Hybrid cars do not pay off if you do the long term math even the small ones. I am not getting rid of my normal cars but I will now conserve and have a vehicle that will give me up to about 84 MPG.
I have jumped in got on the ELIO band wagon I have put the cash down and in line for one. Check it out spread the word.
An American 2 person ride that makes sense.
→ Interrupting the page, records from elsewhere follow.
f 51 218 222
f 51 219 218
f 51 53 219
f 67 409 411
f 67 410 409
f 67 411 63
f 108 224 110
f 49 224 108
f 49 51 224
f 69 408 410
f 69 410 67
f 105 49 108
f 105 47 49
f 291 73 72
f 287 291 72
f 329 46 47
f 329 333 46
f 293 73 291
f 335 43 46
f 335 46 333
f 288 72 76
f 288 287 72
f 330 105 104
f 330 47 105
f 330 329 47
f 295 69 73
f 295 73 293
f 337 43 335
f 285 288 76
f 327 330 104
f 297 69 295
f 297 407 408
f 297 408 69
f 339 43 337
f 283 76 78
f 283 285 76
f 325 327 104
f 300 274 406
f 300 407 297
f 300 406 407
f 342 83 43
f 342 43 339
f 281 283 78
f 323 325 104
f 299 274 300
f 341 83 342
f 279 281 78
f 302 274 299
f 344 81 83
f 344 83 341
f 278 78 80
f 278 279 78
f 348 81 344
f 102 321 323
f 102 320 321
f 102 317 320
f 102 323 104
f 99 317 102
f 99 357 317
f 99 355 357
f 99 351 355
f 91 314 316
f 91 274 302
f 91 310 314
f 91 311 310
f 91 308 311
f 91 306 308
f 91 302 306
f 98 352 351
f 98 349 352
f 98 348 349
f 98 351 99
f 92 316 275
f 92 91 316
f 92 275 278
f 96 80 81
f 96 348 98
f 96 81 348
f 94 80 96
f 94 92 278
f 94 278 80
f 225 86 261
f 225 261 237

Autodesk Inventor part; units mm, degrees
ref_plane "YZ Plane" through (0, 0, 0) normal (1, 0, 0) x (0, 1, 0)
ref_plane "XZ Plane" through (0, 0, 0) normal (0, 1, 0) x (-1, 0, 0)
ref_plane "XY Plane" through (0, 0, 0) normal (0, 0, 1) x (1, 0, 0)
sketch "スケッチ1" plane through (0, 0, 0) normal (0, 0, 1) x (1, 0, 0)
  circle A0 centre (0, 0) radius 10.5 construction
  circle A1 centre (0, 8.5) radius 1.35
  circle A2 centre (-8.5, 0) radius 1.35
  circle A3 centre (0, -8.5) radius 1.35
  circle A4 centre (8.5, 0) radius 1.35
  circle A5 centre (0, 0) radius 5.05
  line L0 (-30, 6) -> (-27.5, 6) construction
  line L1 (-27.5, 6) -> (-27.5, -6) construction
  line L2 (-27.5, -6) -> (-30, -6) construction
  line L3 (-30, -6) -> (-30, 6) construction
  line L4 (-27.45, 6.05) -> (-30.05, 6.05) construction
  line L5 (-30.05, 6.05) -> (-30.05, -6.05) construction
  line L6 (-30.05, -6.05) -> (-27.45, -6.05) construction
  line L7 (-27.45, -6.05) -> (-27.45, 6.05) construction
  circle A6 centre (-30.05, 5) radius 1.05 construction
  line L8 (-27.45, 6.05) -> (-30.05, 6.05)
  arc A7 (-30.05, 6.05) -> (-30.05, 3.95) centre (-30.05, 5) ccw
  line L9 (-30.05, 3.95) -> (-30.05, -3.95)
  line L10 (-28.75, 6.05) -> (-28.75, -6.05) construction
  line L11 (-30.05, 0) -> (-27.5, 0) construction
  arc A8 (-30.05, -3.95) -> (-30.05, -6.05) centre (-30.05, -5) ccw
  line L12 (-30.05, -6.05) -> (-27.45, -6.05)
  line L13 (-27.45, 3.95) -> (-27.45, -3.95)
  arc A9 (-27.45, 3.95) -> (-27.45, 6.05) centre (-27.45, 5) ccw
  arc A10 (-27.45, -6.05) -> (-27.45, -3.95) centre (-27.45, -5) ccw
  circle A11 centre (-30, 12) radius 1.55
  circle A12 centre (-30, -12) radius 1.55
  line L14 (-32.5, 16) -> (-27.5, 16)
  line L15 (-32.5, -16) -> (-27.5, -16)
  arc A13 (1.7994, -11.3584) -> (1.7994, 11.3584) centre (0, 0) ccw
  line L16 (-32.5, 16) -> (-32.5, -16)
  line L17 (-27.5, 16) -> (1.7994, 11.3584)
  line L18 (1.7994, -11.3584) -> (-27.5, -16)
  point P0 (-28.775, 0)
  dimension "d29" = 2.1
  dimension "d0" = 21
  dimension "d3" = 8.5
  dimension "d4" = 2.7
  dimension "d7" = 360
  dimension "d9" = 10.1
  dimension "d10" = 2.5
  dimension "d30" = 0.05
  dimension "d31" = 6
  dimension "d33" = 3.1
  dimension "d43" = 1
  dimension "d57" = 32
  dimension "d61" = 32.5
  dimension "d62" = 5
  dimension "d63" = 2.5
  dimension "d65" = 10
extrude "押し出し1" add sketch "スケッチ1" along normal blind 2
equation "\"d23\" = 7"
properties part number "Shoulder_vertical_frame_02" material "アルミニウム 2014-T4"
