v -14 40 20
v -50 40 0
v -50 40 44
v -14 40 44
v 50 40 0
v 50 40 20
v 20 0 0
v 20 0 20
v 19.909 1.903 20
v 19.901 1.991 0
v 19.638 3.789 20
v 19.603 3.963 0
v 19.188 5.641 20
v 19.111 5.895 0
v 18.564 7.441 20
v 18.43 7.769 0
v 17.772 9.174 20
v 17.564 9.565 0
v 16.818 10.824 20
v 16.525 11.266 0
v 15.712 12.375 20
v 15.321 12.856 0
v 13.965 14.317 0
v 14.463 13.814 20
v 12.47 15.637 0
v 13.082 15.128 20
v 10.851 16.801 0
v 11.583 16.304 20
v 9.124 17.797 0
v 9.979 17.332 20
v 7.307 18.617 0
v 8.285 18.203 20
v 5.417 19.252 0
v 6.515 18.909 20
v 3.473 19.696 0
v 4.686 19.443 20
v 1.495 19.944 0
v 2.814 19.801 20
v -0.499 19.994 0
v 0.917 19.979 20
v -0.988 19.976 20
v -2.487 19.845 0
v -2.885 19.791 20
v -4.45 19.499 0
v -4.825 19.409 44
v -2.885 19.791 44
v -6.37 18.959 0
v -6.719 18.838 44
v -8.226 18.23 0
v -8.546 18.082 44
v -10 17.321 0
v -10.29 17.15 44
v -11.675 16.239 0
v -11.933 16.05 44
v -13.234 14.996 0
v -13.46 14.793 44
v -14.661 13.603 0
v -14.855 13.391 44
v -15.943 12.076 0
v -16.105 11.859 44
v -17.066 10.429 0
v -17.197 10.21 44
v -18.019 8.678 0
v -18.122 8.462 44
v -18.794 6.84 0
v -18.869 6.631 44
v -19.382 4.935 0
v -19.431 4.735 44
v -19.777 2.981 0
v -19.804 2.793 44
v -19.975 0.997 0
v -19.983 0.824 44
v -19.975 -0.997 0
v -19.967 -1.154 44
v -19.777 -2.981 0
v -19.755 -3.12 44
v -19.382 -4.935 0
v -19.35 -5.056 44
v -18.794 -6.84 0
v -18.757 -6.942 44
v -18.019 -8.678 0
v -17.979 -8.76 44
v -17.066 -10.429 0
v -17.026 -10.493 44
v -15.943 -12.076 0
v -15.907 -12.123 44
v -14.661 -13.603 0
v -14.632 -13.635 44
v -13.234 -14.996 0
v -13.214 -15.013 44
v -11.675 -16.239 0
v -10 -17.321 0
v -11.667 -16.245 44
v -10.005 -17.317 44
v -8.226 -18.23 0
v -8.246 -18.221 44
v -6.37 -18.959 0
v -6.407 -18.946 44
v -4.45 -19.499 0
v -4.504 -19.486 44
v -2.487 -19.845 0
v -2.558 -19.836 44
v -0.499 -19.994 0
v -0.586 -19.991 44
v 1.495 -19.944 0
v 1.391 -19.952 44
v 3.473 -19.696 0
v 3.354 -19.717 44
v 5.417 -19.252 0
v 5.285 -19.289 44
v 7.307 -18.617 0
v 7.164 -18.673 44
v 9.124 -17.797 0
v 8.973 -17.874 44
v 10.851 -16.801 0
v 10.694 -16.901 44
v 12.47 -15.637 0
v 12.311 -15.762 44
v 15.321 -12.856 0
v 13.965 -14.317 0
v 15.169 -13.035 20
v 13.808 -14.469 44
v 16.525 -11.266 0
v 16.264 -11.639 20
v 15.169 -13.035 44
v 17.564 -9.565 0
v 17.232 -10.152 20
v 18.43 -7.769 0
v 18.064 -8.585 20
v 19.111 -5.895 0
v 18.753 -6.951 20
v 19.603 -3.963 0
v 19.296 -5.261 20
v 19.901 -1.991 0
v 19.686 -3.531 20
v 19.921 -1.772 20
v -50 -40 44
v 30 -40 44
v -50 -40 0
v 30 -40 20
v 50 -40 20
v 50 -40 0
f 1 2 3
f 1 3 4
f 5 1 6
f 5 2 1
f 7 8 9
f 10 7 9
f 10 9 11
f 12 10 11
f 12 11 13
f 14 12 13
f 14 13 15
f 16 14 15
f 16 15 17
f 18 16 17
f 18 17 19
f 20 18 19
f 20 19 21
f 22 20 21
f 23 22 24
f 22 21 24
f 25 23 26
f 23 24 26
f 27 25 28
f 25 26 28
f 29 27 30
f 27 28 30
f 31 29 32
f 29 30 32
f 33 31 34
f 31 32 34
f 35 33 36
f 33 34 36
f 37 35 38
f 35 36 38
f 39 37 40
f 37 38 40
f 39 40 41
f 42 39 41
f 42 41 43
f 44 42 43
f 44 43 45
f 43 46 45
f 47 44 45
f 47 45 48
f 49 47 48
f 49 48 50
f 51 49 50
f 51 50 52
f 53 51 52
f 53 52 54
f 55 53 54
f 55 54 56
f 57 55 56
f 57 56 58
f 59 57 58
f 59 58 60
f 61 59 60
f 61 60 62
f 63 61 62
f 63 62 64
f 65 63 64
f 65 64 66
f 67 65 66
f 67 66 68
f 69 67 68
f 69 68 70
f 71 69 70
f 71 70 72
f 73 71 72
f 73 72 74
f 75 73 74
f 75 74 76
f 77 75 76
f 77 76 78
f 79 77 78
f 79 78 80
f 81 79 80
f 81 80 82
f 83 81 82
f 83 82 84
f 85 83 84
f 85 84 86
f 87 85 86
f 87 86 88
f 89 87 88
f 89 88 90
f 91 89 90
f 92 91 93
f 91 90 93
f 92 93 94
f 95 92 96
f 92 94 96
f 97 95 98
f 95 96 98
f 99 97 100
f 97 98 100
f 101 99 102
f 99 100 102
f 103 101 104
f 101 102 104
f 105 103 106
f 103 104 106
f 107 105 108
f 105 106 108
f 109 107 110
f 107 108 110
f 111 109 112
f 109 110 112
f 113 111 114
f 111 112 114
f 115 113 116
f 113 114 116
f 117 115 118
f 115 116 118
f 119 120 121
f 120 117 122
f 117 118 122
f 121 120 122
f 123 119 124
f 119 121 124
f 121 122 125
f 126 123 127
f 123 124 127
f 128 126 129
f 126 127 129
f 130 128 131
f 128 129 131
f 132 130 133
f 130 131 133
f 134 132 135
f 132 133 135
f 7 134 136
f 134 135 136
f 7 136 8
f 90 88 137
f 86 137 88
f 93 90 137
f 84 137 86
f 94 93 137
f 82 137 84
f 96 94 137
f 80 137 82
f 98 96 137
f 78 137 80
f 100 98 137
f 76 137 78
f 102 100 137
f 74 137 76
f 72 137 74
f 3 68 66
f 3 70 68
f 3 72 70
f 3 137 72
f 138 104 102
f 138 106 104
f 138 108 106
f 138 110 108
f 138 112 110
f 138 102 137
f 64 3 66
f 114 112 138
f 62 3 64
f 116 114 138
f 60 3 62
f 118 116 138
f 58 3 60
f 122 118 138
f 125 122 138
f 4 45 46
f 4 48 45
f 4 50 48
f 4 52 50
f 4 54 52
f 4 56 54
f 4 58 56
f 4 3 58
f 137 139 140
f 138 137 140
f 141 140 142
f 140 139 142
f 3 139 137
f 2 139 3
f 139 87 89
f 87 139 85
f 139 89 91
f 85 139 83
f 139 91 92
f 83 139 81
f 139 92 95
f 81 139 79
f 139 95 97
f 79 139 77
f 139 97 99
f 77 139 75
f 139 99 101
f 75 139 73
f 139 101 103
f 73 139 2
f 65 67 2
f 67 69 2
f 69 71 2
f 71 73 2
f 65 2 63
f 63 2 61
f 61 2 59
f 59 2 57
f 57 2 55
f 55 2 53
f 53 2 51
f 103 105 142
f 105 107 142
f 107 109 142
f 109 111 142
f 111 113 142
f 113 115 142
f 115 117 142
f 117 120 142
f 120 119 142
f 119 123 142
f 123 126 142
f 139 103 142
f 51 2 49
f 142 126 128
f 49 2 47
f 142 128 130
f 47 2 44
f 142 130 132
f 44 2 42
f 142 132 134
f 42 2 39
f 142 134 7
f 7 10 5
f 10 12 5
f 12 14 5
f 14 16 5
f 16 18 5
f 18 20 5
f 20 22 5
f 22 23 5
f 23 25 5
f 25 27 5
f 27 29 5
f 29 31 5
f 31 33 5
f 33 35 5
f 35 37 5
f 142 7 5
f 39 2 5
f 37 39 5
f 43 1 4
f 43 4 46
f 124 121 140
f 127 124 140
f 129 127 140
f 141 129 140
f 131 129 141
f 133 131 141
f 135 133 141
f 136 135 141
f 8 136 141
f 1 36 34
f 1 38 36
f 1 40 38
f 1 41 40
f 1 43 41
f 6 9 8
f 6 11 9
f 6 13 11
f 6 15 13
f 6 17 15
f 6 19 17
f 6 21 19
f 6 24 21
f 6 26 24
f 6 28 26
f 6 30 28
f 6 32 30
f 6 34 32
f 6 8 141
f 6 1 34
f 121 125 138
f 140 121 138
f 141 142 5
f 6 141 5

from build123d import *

# Parameters (mm, degrees)
F0_W     = 100
F0_H     = 80
F1_DEPTH = 44
F2_R     = 20
F3_DEPTH = 44.001
F5_DEPTH = 24


with BuildPart() as f1:
    # F0 (on Top) → F1 (new body)
    with BuildSketch(Plane.XY):
        Rectangle(F0_W, F0_H)
    extrude(amount=F1_DEPTH)

    # F2 (on face) → F3 (cut, through all)
    with BuildSketch(Plane.XY.offset(44)):
        Circle(F2_R)
    extrude(amount=-F3_DEPTH, mode=Mode.SUBTRACT)

    # F4 (on face) → F5 (cut)
    with BuildSketch(Plane.XY.offset(44)):
        Polygon((50, 40), (-14, 40), (30, -40), (50, -40), align=None)
    extrude(amount=-F5_DEPTH, mode=Mode.SUBTRACT)


solid = f1.part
Elio Motors: Ultra High Mileage Vehicle


----------



## Ripon (Dec 22, 2012)

I've been following the Elio for some time. As it goes I'm not sure it's for me, but I like the concept. To be honest I'm considering the Fiat 500 e which is only available in CA where I still have an address and think I can qualify. Electric cars are of interest to me as many employers are silly enough to "let" their employees plug in. It's like getting free Gas. A month or so ago I enjoyed lecturing my cadets on retirement saving and not just counting on their defined benefits for the job. There was some push back by a 20 year old who'd be 21 on graduation day. So I had him look up gasoline 50 years ago, $.24 a gallon vs $3.69 right now. Do the math forward 50 years. Try $55 a gallon. Makes saving for retirement a little more important don't you think?



Smitty901 said:


> Big part of prepping is all 3 and more making the best use of what we have. Gas will be harder and harder to afford SHTF or not.
> Pre-SHTF it will likely be more expensive. My stomach turn every time I hear go green stuff, most of those folks are just liberal hacks IMO.
> Hybrid cars do not pay off if you do the long term math even the small ones. I am not getting rid of my normal cars but I will now conserve and have a vehicle that will give me up to about 84 MPG.
> I have jumped in got on the ELIO band wagon I have put the cash down and in line for one. Check it out spread the word.
> ...


----------



## Slippy (Nov 14, 2013)

If they made one with a truck style bed, I would look into it for running errands around town and working on my place. Very interesting concept. Thanks for the info.


----------



## Ripon (Dec 22, 2012)

That would be cool. The only electric thing close was a Toyota Rav with a tesla motor but they already killed it and it was $50k



Slippy said:


> If they made one with a truck style bed, I would look into it for running errands around town and working on my place. Very interesting concept. Thanks for the info.


----------



## Camel923 (Aug 13, 2014)

Nice concept. Poor life,large size and instability of the battery and the need for a 24 hour recharge after 90 miles has convinced me that electric cars are not a viable option for me at this time. Hybrids do under perform economically and bring many of the problems electric cars do. High mileage with gas/ diesel works best for my needs. I would love to hear how this works for you Smitty over the next year or so. Nothing like field testing to see how things preform. Hope you new vehicle is everything you hoped it would be and more.


----------



## PalmettoTree (Jun 8, 2013)

It seems to me once the civil rights generation is gone some of this crap will stop or not. Then we will have proof of what we already know. I know it will not stop.


----------



## Jeep (Aug 5, 2014)

I'm only going to stress this one time, its for you to do. My wife got on the coupon bandwagon and did some things through Facebook. We don't do savings like the show does, but paying 80 dollars for 170.00 is a nice day. We do this every week and we spend our free money sometimes on deals. We already need another shelving unit after 5 weeks of deal shopping. It adds up. We don't go for 1k in groceries for 40 bucks like on the show. But we get 2-3 times the amount of other things we will need and pay the diff.


----------



## Seneca (Nov 16, 2012)

What is the base price? What s the life of the vehicle or how long does it last? in years , what are the estimated maintenance costs over the life of the vehicle? If it turns out the Elio can save you money over a conventional economy vehicle. Then I'd say yes. Often vehicles are marketed on one strength, say fuel economy or horsepower luxury, while other aspects of the vehicle may cost you more than you'd like to spend or be in the shop more than you'd like. 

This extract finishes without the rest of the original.